Overhead lines have, usually, lengths from few to hundreds of kilometers. Due to these long distances, weather conditions can vary considerably along the line. Since it is not possible to monitor the weather conditions in a continuous way, it is necessary to install several weather stations. The number of the weather stations depends on the length of the line and the climatic and orographic characteristics of the zone. Overhead lines with long lengths or with different refrigeration characteristic along the line need more weather stations than short lines or lines with uniform atmospheric characteristics. To decide the number of weather stations, a complete statistical study of the climatology of the zone will be necessary.

In Figure 5, a theoretical line is represented. This line has m electric towers, t sections, and i weather stations. Section parameter, set of consecutive spans with the same direction, is important for the climatological study since spans with same direction will have equal attack angle of wind.

The maximum physically possible resolution system of weather stations is a system with one weather station in each tower (m = i). In this case, conductor temperature and ampacity in one tower will be:

$${T_c}_n^i\left(m\right)=f({\Omega }_n^i,{\zeta }^t,I),$$

(8)

$${I_{max}}_n^i\left(m\right)=f({\Omega }_n^i,{\zeta }^t,T_{c_{max}}).$$

(9)

A system with less resolution would be the installation of one weather station per section (t = i). The solution adopted in the studied case is the installation of several weather stations according to a climatic study of the zone. In this case, it is necessary to define the area of influence of each weather station. These areas are defined in the climatic study. Due to this approach, several towers will be monitored with the same weather station depending on the influence area. An influence area can be large or can be affected by very different weather conditions, so it is possible that points within the same influence area have weather conditions quite different from those measured by the corresponding WS. Because of this, ampacity is obtained with Equation (9), and conductor temperature with Equation (8), for all m within influence area of $W{S}^i$.

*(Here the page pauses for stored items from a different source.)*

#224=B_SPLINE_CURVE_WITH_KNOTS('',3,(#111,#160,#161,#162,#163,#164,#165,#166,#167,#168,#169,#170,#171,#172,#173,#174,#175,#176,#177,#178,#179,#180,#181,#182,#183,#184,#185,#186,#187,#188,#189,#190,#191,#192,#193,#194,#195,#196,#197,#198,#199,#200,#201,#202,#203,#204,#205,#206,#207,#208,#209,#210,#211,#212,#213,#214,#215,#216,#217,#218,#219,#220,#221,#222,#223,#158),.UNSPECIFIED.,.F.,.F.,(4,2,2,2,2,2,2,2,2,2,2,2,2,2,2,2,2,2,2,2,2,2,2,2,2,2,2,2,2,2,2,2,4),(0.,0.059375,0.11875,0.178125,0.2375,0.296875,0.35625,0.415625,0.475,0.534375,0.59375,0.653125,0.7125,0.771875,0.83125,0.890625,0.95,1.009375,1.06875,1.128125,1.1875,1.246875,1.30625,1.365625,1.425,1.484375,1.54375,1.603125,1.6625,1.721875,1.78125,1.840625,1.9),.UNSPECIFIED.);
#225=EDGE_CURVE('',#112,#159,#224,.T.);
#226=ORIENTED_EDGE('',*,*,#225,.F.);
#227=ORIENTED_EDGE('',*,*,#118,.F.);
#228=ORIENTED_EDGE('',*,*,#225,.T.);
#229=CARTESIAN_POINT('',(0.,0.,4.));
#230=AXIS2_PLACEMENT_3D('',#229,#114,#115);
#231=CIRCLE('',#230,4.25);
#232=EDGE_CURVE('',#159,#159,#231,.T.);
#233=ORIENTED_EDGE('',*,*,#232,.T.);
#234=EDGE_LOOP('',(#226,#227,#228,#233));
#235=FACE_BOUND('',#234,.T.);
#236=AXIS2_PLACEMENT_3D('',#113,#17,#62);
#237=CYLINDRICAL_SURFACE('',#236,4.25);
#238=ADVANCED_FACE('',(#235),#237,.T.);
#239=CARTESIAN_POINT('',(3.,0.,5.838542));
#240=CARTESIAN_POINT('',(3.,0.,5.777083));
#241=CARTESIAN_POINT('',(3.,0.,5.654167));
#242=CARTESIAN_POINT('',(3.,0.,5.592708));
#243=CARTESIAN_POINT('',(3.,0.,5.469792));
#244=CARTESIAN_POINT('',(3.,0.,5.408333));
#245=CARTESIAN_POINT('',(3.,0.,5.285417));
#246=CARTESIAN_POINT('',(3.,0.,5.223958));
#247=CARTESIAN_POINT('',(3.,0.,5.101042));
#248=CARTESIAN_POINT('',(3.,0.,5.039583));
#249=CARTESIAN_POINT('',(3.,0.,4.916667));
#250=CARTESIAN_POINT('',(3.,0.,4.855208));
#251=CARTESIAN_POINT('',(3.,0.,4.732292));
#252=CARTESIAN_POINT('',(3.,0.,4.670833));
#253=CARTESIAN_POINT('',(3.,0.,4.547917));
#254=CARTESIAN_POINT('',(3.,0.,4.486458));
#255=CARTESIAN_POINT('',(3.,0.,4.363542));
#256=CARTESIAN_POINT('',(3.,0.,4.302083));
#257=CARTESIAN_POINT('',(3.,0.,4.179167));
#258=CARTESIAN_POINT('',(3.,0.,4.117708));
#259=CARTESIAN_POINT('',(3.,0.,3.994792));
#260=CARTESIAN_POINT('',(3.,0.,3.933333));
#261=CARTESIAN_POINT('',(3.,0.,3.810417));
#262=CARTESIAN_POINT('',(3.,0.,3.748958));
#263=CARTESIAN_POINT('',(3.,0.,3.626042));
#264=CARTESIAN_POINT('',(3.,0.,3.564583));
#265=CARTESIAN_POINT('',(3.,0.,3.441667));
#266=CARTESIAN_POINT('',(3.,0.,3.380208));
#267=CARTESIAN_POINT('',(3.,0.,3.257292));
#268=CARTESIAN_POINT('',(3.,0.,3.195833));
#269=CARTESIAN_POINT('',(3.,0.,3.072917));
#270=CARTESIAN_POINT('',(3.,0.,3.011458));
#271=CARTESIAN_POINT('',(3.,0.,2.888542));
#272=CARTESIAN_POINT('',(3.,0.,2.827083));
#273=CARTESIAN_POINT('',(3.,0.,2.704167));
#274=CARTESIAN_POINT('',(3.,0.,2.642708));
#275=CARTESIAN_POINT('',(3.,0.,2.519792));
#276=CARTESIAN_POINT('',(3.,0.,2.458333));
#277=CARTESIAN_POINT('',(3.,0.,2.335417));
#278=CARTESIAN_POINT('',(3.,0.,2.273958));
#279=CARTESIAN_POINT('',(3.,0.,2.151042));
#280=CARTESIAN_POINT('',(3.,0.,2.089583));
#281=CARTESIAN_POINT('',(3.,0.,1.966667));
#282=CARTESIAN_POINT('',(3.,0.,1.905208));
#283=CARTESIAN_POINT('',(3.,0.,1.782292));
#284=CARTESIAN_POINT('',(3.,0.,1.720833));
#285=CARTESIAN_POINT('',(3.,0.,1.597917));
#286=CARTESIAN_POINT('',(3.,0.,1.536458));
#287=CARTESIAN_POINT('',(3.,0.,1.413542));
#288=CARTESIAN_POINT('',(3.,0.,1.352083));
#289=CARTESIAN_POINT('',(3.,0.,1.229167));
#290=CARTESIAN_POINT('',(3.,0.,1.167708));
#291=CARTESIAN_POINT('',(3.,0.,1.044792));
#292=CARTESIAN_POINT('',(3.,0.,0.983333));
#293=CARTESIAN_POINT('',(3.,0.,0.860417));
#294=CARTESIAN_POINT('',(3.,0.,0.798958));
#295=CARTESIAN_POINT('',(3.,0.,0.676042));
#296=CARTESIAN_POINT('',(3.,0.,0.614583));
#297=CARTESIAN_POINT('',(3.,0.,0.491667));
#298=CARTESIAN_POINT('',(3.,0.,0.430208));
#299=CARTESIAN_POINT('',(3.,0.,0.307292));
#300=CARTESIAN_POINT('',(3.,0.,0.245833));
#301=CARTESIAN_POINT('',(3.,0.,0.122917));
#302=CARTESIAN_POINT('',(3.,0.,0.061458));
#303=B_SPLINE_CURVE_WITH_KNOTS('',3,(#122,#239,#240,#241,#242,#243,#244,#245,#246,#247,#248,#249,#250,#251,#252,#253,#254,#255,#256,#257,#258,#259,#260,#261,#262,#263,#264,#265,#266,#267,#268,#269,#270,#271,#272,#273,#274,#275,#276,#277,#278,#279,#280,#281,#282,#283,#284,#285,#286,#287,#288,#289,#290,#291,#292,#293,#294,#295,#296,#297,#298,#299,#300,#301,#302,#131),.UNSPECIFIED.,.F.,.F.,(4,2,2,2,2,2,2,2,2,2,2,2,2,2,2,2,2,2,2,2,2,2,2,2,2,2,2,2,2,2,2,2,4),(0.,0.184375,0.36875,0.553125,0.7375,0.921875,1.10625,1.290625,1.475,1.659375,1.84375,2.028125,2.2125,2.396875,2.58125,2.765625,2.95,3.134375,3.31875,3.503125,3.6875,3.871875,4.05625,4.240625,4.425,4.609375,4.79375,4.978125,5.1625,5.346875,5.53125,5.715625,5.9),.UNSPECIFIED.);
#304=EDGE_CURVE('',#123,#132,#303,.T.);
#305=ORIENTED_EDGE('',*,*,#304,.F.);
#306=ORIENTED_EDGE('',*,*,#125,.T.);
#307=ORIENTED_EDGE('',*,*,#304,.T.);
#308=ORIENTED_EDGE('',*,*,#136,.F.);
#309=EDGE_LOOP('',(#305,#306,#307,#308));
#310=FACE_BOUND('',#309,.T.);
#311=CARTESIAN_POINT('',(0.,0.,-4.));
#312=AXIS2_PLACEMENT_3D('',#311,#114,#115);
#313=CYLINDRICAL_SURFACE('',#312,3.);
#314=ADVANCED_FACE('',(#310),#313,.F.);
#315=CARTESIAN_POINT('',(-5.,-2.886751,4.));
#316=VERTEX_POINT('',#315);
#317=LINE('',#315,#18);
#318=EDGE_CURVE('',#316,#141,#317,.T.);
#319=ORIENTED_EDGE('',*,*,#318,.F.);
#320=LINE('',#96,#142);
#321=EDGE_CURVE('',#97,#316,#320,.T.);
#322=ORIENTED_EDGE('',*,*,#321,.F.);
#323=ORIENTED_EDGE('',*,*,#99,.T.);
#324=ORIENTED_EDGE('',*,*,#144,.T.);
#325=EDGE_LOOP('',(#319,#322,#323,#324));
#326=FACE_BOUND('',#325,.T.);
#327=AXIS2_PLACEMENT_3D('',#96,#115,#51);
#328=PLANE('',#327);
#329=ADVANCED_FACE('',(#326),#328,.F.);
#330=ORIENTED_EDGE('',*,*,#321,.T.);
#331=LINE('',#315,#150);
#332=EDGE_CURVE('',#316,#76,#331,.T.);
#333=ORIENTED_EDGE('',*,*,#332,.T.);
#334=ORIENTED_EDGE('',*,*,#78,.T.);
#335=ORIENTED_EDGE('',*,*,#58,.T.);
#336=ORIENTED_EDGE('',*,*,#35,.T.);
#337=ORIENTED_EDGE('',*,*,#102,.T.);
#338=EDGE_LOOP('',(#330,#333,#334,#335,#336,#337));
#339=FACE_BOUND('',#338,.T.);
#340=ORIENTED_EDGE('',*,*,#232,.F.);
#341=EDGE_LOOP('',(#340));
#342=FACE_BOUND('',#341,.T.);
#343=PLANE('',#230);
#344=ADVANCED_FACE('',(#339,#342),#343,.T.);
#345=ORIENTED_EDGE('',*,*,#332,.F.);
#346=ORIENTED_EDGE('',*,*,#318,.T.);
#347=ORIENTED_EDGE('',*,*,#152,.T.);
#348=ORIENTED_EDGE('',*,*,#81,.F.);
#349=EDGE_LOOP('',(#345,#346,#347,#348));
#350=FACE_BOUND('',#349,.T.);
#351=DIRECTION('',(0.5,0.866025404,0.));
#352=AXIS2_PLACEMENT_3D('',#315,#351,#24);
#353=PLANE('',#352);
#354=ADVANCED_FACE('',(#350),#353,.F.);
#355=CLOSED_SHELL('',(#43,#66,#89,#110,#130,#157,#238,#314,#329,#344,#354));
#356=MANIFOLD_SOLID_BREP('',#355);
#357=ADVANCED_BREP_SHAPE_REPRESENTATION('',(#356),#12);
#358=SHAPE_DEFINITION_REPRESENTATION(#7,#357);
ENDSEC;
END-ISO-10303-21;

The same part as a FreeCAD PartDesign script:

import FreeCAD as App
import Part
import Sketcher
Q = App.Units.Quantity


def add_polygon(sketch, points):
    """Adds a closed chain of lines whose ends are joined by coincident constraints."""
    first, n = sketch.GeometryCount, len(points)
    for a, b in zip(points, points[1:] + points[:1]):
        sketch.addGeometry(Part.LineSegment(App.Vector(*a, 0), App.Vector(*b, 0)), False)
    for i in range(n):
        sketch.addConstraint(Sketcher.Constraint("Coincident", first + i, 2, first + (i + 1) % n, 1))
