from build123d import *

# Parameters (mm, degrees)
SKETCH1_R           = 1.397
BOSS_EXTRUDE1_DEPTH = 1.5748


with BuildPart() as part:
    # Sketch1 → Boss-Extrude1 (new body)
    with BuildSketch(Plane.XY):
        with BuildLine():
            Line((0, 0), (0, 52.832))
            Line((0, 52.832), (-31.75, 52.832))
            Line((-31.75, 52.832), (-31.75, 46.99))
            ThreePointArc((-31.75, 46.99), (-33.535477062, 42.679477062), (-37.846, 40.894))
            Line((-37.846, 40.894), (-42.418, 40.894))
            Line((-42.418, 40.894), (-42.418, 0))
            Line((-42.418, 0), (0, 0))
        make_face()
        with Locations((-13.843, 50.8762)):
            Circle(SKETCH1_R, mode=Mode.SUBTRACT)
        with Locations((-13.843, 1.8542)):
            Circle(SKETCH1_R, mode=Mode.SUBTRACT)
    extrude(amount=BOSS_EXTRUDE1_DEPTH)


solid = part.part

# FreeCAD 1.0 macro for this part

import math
import FreeCAD as App
import Part
import Sketcher

V = App.Vector
Q = App.Units.Quantity

doc = App.newDocument("Part")
body = doc.addObject("PartDesign::Body", "Body")

# Sketch on XY plane
sketch1 = doc.addObject("Sketcher::SketchObject", "Sketch")
body.addObject(sketch1)
sketch1.AttachmentSupport = (doc.XY_Plane, [""])
sketch1.MapMode = "FlatFace"
sketch1.addGeometry([
    Part.LineSegment(V(0, 0, 0), V(0, 52.832, 0)),  # 0
    Part.LineSegment(V(0, 52.832, 0), V(-31.75, 52.832, 0)),  # 1
    Part.LineSegment(V(-31.75, 52.832, 0), V(-31.75, 46.99, 0)),  # 2
    Part.ArcOfCircle(Part.Circle(V(-37.846, 46.99, 0), V(0, 0, 1), 6.096), math.radians(-90), math.radians(0)),  # 3
    Part.LineSegment(V(-37.846, 40.894, 0), V(-42.418, 40.894, 0)),  # 4
    Part.LineSegment(V(-42.418, 40.894, 0), V(-42.418, 0, 0)),  # 5
    Part.LineSegment(V(-42.418, 0, 0), V(0, 0, 0)),  # 6
    Part.Circle(V(-13.843, 1.8542, 0), V(0, 0, 1), 1.397),  # 7
    Part.Circle(V(-13.843, 50.8762, 0), V(0, 0, 1), 1.397),  # 8
], False)
sketch1.addConstraint([
    Sketcher.Constraint("Coincident", 0, 2, 1, 1),
    Sketcher.Constraint("Coincident", 1, 2, 2, 1),
    Sketcher.Constraint("Tangent", 2, 2, 3, 2),
    Sketcher.Constraint("Tangent", 3, 1, 4, 1),
    Sketcher.Constraint("Coincident", 4, 2, 5, 1),
    Sketcher.Constraint("Coincident", 5, 2, 6, 1),
    Sketcher.Constraint("Coincident", 6, 2, 0, 1),
    Sketcher.Constraint("Vertical", 0),
    Sketcher.Constraint("Horizontal", 1),
    Sketcher.Constraint("Vertical", 2),
    Sketcher.Constraint("Horizontal", 4),
    Sketcher.Constraint("Vertical", 5),
    Sketcher.Constraint("Horizontal", 6),
    Sketcher.Constraint("Coincident", 6, 2, -1, 1),
    Sketcher.Constraint("Equal", 7, 8),
    Sketcher.Constraint("Vertical", 7, 3, 8, 3),
    Sketcher.Constraint("Diameter", 7, Q("0.11 in")),
    Sketcher.Constraint("Radius", 3, Q("0.24 in")),
    Sketcher.Constraint("DistanceX", 1, 2, 1, 1, Q("1.25 in")),
    Sketcher.Constraint("DistanceX", 4, 2, 4, 1, Q("0.18 in")),
    Sketcher.Constraint("DistanceY", 0, 1, 0, 2, Q("2.08 in")),
    Sketcher.Constraint("DistanceY", 2, 2, 2, 1, Q("0.23 in")),
    Sketcher.Constraint("DistanceY", 7, 3, 8, 3, Q("1.93 in")),
    Sketcher.Constraint("DistanceX", 7, 3, -1, 1, Q("0.545 in")),
    Sketcher.Constraint("DistanceY", -1, 1, 7, 3, Q("0.073 in")),
])
pad1 = doc.addObject("PartDesign::Pad", "Pad")
body.addObject(pad1)
pad1.Profile = sketch1
pad1.Length = Q("0.062 in")

doc.recompute()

As an example, Figure 6 represents a theoretical disposition of weather stations with less than ideal resolution.

In this case, conductor temperature and ampacity in tower 2 would be:

$${T_c}_n^1\left(2\right)=f({\Omega }_n^1,{\zeta }^1,I),$$

(10)

$${I_{max}}_n^1\left(2\right)=f({\Omega }_n^1,{\zeta }^1,T_{c_{max}}).$$

(11)

This calculation involves an error due to spot measuring since the weather conditions in tower 2 are different than the conditions of weather station 1 located in tower 1. On a comparison with the real value of an ideal system with infinite resolution:

$${T_c}_{r,n}^{}\left(2\right)=f({\Omega }_n^2,{\zeta }^1,I),$$

(12)

$${I_{max}}_{r,n}^{}\left(2\right)=f({\Omega }_n^2,{\zeta }^1,T_{c_{max}}),$$

(13)

$${T_c}_{r,n}^{}\left(2\right)\ne {T_c}_n^1\left(2\right),$$

(14)

$${I_{max}}_{r,n}^{}\left(2\right)\ne {I_{max}}_n^1\left(2\right).$$

(15)

So, finally, in a system with spot measurement, ampacity and conductor temperature can be represented as:

$${T_c}_n^i={T_c}_{r,n}^{}\left(m\right)+{\mathsf{\epsilon }}_{T_c}=f({\Omega }_n^i,{\zeta }^t,I),$$

(16)

for all m within influence area of $W{S}^i$.

$${I_{max}}_n^i\left(m\right)={I_{max}}_{r,n}^{}\left(m\right)+{\mathsf{\epsilon }}_{I_{max}}=f({\Omega }_n^i,{\zeta }^t,T_{c_{max}}),$$

(17)

for all m within influence area of $W{S}^i$.

The differences between weather conditions along the line produce $T_c$ and $I_{max}$ results that vary, widely on occasions. In addition to the variability of the weather conditions, conductor characteristics may change due to aging, joints, altitude, angle, etc.

In order to show these type of errors, Figure 7 represents the variability of the weather conditions along the line through a box plot with the differences between each weather station.

Maximum values of absolute median differences are in $W{S}^{1-3}$, $W{S}^{3-4}$. Median differences in $W{S}^{1-2}$, $W{S}^{1-3}$, $W{S}^{1-4}$, and $W{S}^{2-3}$ are negative, while median differences in $W{S}^{2-4}$ and $W{S}^{3-4}$ are positive. All this shows that $W{S}^1$ and $W{S}^4$, which are placed in the ends of the line, usually obtain the lowest values of wind speed. In general terms, variability of wind speed along the line is significant, so the accuracy of the procedure is highly dependent on the number of measuring spots.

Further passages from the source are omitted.